# Help with my AC motor



## kennybobby (Aug 10, 2012)

My thoughts are that you are not very bright--why would you hammer on the shaft of a motor and damage the internal bearings? You obviously have no clue about the inside of a motor to think that you could just hammer the shaft out one end...

The fan would be removed using a bearing puller tool.

i doubt that you could re-wind the motor given your mechanical knowledge and skills, probably better send it to someone who knows how since you will now need new bearings also.


----------



## dcb (Dec 5, 2009)

you might as well keep going IMHO and get a look inside one.


the shaft has a key on it, you can gently tap/pry it out with a screwdriver.

You appear to have 4 long bolts that pull the end housings together (allen screws?) those need to come out before the ends will come off. And even then you might need to use heat and a puller to get the bearings off the shaft and/or housing.

Pully and maybe heat for the fan, watch some youtubes, practice on a small motor next time.


----------



## Quezacotl (Sep 23, 2014)

The motor bearings are so that they wont get harmed when i hammer the shaft. At most the bearings pop out. They are not so tight i would have to heat them out.

Thanks for the tip about the bearing puller. I need sometimes a little nudge to remember some things.

Why you depress people on the first post? That i shoult just quit everything?


----------



## dcb (Dec 5, 2009)

Quezacotl said:


> Why you depress people on the first post? That i shoult just quit everything?


Lol, he isn't in charge of your feelings. Don't worry about your parents finished wooden floor or anything either...


----------



## Quezacotl (Sep 23, 2014)

dcb said:


> Lol, he isn't in charge of your feelings. Don't worry about your parents finished wooden floor or anything either...


It's my own floor and house 
Maybe depressing was'nt the right word. English is not my native language. I mean that he was like that i don't know nothing and giving impression that i shouldnt even start a thread.

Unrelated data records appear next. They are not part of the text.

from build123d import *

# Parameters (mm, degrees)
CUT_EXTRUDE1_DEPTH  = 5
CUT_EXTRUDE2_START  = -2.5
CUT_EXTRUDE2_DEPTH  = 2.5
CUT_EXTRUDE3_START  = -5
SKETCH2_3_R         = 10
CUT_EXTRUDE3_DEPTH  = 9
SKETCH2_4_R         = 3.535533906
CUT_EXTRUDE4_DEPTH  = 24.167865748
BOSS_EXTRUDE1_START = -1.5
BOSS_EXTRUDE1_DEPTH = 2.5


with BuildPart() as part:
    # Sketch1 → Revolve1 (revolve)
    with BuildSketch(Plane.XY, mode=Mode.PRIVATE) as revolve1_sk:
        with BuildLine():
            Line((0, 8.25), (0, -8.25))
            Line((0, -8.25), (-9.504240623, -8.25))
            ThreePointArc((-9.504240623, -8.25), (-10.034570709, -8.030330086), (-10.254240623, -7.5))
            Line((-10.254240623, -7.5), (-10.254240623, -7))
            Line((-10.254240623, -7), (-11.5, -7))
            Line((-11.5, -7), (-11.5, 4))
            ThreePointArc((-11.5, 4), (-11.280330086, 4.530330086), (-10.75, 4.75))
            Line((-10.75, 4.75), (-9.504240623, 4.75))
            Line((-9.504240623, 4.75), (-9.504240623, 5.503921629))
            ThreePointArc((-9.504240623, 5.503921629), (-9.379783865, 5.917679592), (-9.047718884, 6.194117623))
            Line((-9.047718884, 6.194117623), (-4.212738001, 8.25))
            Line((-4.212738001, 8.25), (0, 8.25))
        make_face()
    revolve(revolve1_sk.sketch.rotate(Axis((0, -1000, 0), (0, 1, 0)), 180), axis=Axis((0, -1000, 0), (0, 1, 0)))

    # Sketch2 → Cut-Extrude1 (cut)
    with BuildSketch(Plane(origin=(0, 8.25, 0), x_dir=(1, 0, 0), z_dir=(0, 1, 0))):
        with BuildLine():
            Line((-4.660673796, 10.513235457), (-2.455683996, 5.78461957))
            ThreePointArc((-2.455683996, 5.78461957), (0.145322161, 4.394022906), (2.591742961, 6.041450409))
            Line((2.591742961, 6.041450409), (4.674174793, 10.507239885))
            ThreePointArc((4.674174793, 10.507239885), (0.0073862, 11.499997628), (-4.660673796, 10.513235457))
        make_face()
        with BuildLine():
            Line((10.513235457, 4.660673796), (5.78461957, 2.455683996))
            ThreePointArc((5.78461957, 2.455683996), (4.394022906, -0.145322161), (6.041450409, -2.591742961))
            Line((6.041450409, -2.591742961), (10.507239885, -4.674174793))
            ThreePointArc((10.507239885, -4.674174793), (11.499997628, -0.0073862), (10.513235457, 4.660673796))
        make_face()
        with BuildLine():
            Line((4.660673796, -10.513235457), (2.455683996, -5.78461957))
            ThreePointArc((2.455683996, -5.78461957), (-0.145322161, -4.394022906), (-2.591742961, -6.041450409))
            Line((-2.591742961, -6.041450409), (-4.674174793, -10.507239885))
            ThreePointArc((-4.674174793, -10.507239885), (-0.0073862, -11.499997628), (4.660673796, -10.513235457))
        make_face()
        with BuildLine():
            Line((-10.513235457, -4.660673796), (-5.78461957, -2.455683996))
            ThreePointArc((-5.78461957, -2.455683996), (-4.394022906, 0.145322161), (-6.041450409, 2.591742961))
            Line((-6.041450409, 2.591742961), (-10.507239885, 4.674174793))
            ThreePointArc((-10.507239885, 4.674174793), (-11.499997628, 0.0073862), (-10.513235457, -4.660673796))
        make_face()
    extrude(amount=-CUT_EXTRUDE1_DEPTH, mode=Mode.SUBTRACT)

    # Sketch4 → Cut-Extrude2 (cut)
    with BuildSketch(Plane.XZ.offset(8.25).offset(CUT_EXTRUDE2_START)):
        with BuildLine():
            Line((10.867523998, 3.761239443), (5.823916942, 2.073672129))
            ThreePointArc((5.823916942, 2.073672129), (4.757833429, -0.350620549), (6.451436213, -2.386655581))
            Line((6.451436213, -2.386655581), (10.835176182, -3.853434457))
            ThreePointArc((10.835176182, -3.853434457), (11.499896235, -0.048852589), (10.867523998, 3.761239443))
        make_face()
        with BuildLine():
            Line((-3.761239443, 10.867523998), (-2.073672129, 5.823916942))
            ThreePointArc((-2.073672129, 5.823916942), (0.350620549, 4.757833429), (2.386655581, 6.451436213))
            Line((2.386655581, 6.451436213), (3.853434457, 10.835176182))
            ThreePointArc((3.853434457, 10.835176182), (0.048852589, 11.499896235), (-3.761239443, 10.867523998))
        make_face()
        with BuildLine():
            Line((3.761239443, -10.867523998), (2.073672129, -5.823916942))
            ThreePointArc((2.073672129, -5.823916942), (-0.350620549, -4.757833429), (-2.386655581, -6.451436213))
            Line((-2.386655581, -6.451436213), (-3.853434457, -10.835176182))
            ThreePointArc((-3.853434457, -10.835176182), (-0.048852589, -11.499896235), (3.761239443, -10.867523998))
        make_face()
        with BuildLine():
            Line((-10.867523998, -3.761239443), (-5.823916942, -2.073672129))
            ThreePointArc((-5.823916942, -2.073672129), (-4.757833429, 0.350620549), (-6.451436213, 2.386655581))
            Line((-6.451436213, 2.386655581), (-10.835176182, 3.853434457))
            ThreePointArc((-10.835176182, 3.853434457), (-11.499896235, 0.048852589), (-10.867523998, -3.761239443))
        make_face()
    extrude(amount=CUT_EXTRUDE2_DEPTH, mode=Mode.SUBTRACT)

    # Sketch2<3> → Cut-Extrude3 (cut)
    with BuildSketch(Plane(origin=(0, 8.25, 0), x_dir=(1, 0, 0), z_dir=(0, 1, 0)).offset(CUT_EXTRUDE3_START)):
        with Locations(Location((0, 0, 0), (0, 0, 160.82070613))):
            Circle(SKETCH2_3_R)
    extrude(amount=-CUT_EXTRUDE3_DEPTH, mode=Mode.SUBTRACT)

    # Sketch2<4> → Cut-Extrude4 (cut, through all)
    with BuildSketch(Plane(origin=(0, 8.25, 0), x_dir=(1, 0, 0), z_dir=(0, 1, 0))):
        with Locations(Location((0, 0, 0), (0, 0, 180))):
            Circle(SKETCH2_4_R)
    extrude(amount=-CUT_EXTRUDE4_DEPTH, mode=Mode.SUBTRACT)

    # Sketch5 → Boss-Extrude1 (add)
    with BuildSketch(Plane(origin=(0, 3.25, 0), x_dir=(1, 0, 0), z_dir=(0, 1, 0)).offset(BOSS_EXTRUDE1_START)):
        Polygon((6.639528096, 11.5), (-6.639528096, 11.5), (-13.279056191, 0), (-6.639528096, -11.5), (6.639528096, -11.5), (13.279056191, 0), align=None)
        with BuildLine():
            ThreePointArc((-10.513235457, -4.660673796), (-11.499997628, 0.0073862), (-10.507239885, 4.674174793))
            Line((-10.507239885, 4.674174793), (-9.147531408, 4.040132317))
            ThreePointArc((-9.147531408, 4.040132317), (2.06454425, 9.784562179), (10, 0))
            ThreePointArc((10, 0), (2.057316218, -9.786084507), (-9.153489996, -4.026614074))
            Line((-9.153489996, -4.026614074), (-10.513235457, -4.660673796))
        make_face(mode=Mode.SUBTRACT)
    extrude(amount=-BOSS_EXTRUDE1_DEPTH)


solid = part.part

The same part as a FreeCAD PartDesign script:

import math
import FreeCAD as App
import Part
import Sketcher
Q = App.Units.Quantity

doc = App.newDocument("Part")
body = doc.addObject("PartDesign::Body", "Body")

# Sketch on XY plane
sketch1 = doc.addObject("Sketcher::SketchObject", "Sketch")
body.addObject(sketch1)
sketch1.AttachmentSupport = (doc.XY_Plane, [""])
sketch1.MapMode = "FlatFace"
sketch1.addGeometry([
    Part.LineSegment(App.Vector(0, -8.25, 0), App.Vector(0, 8.25, 0)),  # 0
    Part.LineSegment(App.Vector(0, 8.25, 0), App.Vector(-4.212738, 8.25, 0)),  # 1
    Part.LineSegment(App.Vector(-4.212738, 8.25, 0), App.Vector(-9.047719, 6.194118, 0)),  # 2
    Part.ArcOfCircle(Part.Circle(App.Vector(-8.754241, 5.503922, 0), App.Vector(0, 0, 1), 0.75), math.radians(113.035684), math.radians(180)),  # 3
    Part.LineSegment(App.Vector(-9.504241, 5.503922, 0), App.Vector(-9.504241, 4.75, 0)),  # 4
    Part.LineSegment(App.Vector(-9.504241, 4.75, 0), App.Vector(-10.75, 4.75, 0)),  # 5
    Part.ArcOfCircle(Part.Circle(App.Vector(-10.75, 4, 0), App.Vector(0, 0, 1), 0.75), math.radians(90), math.radians(180)),  # 6
    Part.LineSegment(App.Vector(-11.5, 4, 0), App.Vector(-11.5, -7, 0)),  # 7
    Part.LineSegment(App.Vector(-11.5, -7, 0), App.Vector(-10.254241, -7, 0)),  # 8
    Part.LineSegment(App.Vector(-10.254241, -7, 0), App.Vector(-10.254241, -7.5, 0)),  # 9
    Part.ArcOfCircle(Part.Circle(App.Vector(-9.504241, -7.5, 0), App.Vector(0, 0, 1), 0.75), math.radians(180), math.radians(270)),  # 10
    Part.LineSegment(App.Vector(-9.504241, -8.25, 0), App.Vector(0, -8.25, 0)),  # 11
], False)
sketch1.addConstraint([
    Sketcher.Constraint("Coincident", 0, 2, 1, 1),
    Sketcher.Constraint("Coincident", 1, 2, 2, 1),
    Sketcher.Constraint("Tangent", 2, 2, 3, 1),
    Sketcher.Constraint("Tangent", 3, 2, 4, 1),
    Sketcher.Constraint("Coincident", 4, 2, 5, 1),
    Sketcher.Constraint("Tangent", 5, 2, 6, 1),
    Sketcher.Constraint("Tangent", 6, 2, 7, 1),
    Sketcher.Constraint("Coincident", 7, 2, 8, 1),
    Sketcher.Constraint("Coincident", 8, 2, 9, 1),
    Sketcher.Constraint("Tangent", 9, 2, 10, 1),
    Sketcher.Constraint("Tangent", 10, 2, 11, 1),
    Sketcher.Constraint("Coincident", 11, 2, 0, 1),
    Sketcher.Constraint("Vertical", 0),
    Sketcher.Constraint("Horizontal", 1),
    Sketcher.Constraint("Vertical", 4),
    Sketcher.Constraint("Horizontal", 5),
    Sketcher.Constraint("Vertical", 7),
    Sketcher.Constraint("Horizontal", 8),
    Sketcher.Constraint("Vertical", 9),
    Sketcher.Constraint("Horizontal", 11),
    Sketcher.Constraint("Equal", 3, 6),
    Sketcher.Constraint("Equal", 6, 10),
    Sketcher.Constraint("Symmetric", 0, 2, 11, 2, -1, 1),
    Sketcher.Constraint("Vertical", 10, 3, 3, 2),
    Sketcher.Constraint("DistanceY", 7, 2, 7, 1, Q("11 mm")),
    Sketcher.Constraint("Radius", 3, Q("0.75 mm")),
    Sketcher.Constraint("DistanceY", 0, 1, 0, 2, Q("16.5 mm")),
    Sketcher.Constraint("DistanceY", 9, 2, 9, 1, Q("0.5 mm")),
    Sketcher.Constraint("DistanceX", 6, 2, -1, 1, Q("11.5 mm")),
    Sketcher.Constraint("DistanceX", 1, 2, 1, 1, Q("4.212738 mm")),
    Sketcher.Constraint("DistanceX", 5, 2, 5, 1, Q("1.245759 mm")),
    Sketcher.Constraint("DistanceY", 4, 2, 4, 1, Q("0.753922 mm")),
])
revolution = doc.addObject("PartDesign::Revolution", "Revolution")
body.addObject(revolution)
revolution.Profile = sketch1
revolution.ReferenceAxis = (sketch1, ["V_Axis"])
revolution.Angle = 360

# Sketch on XZ plane
sketch2 = doc.addObject("Sketcher::SketchObject", "Sketch001")
body.addObject(sketch2)
sketch2.AttachmentSupport = (doc.XZ_Plane, [""])
sketch2.MapMode = "FlatFace"
sketch2.AttachmentOffset = App.Placement(App.Vector(0, 0, -8.25), App.Rotation())
sketch2.addGeometry([
    Part.LineSegment(App.Vector(-4.660674, -10.513235, 0), App.Vector(-2.455684, -5.78462, 0)),  # 0
    Part.ArcOfCircle(Part.Circle(App.Vector(0, -7.25, 0), App.Vector(0, 0, 1), 2.859672), math.radians(25), math.radians(149.174203)),  # 1
    Part.LineSegment(App.Vector(2.591743, -6.04145, 0), App.Vector(4.674175, -10.50724, 0)),  # 2
    Part.ArcOfCircle(Part.Circle(App.Vector(0, 0, 0), App.Vector(0, 0, 1), 11.5), math.radians(-113.908423), math.radians(-66.017978)),  # 3
    Part.LineSegment(App.Vector(10.513235, -4.660674, 0), App.Vector(5.78462, -2.455684, 0)),  # 4
    Part.ArcOfCircle(Part.Circle(App.Vector(7.25, 0, 0), App.Vector(0, 0, 1), 2.859672), math.radians(115), math.radians(239.174203)),  # 5
    Part.LineSegment(App.Vector(6.04145, 2.591743, 0), App.Vector(10.50724, 4.674175, 0)),  # 6
    Part.ArcOfCircle(Part.Circle(App.Vector(0, 0, 0), App.Vector(0, 0, 1), 11.5), math.radians(-23.908423), math.radians(23.982022)),  # 7
    Part.LineSegment(App.Vector(4.660674, 10.513235, 0), App.Vector(2.455684, 5.78462, 0)),  # 8
    Part.ArcOfCircle(Part.Circle(App.Vector(0, 7.25, 0), App.Vector(0, 0, 1), 2.859672), math.radians(-155), math.radians(-30.825797)),  # 9
    Part.LineSegment(App.Vector(-2.591743, 6.04145, 0), App.Vector(-4.674175, 10.50724, 0)),  # 10
    Part.ArcOfCircle(Part.Circle(App.Vector(0, 0, 0), App.Vector(0, 0, 1), 11.5), math.radians(66.091577), math.radians(113.982022)),  # 11
    Part.LineSegment(App.Vector(-10.513235, 4.660674, 0), App.Vector(-5.78462, 2.455684, 0)),  # 12
    Part.ArcOfCircle(Part.Circle(App.Vector(-7.25, 0, 0), App.Vector(0, 0, 1), 2.859672), math.radians(-65), math.radians(59.174203)),  # 13
    Part.LineSegment(App.Vector(-6.04145, -2.591743, 0), App.Vector(-10.50724, -4.674175, 0)),  # 14
    Part.ArcOfCircle(Part.Circle(App.Vector(0, 0, 0), App.Vector(0, 0, 1), 11.5), math.radians(156.091577), math.radians(203.982022)),  # 15
], False)
sketch2.addConstraint([
    Sketcher.Constraint("Coincident", 0, 2, 1, 2),
    Sketcher.Constraint("Tangent", 1, 1, 2, 1),
    Sketcher.Constraint("Coincident", 2, 2, 3, 2),
    Sketcher.Constraint("Coincident", 3, 1, 0, 1),
    Sketcher.Constraint("Coincident", 4, 2, 5, 2),
    Sketcher.Constraint("Tangent", 5, 1, 6, 1),
    Sketcher.Constraint("Coincident", 6, 2, 7, 2),
    Sketcher.Constraint("Coincident", 7, 1, 4, 1),
    Sketcher.Constraint("Coincident", 8, 2, 9, 2),
    Sketcher.Constraint("Tangent", 9, 1, 10, 1),
    Sketcher.Constraint("Coincident", 10, 2, 11, 2),
    Sketcher.Constraint("Coincident", 11, 1, 8, 1),
    Sketcher.Constraint("Coincident", 12, 2, 13, 2),
    Sketcher.Constraint("Tangent", 13, 1, 14, 1),
    Sketcher.Constraint("Coincident", 14, 2, 15, 2),
    Sketcher.Constraint("Coincident", 15, 1, 12, 1),
    Sketcher.Constraint("Coincident", 3, 3, -1, 1),
    Sketcher.Constraint("Coincident", 7, 3, -1, 1),
    Sketcher.Constraint("Coincident", 11, 3, -1, 1),
    Sketcher.Constraint("Coincident", 15, 3, -1, 1),
    Sketcher.Constraint("Equal", 1, 5),
    Sketcher.Constraint("Equal", 3, 7),
    Sketcher.Constraint("Equal", 5, 9),
    Sketcher.Constraint("Equal", 7, 11),
    Sketcher.Constraint("Equal", 9, 13),
    Sketcher.Constraint("Equal", 11, 15),
    Sketcher.Constraint("Symmetric", 1, 3, 9, 3, -1, 1),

But thanks for the tips. I'll try them tomorrow when i have time.


----------



## PStechPaul (May 1, 2012)

It would help to show the label for this motor. If you opened the junction box on top you will find flexible wires and a terminal block or wire nuts with which you can probably wire it for 480 or 240/208, basically stator windings in series or parallel. If haven't pulled the bell housings loose you probably haven't seen the actual windings, which will be solid varnish insulated magnet wire, and the "belts" that go through the stator slots will most likely be stabilized with an additional coating of varnish and/or insulating sleeves and lacing cord. If you can find where the windings connect to the flexible leads you may also find a place where the windings are all tied together for a "star" or "wye" configuration. You may be able to rewire it for a "delta" configuration which will lower the rated voltage by sqrt(3) or about 1/1.7, so instead of 240V it will run on 138 VAC line-to-line.


----------



## Quezacotl (Sep 23, 2014)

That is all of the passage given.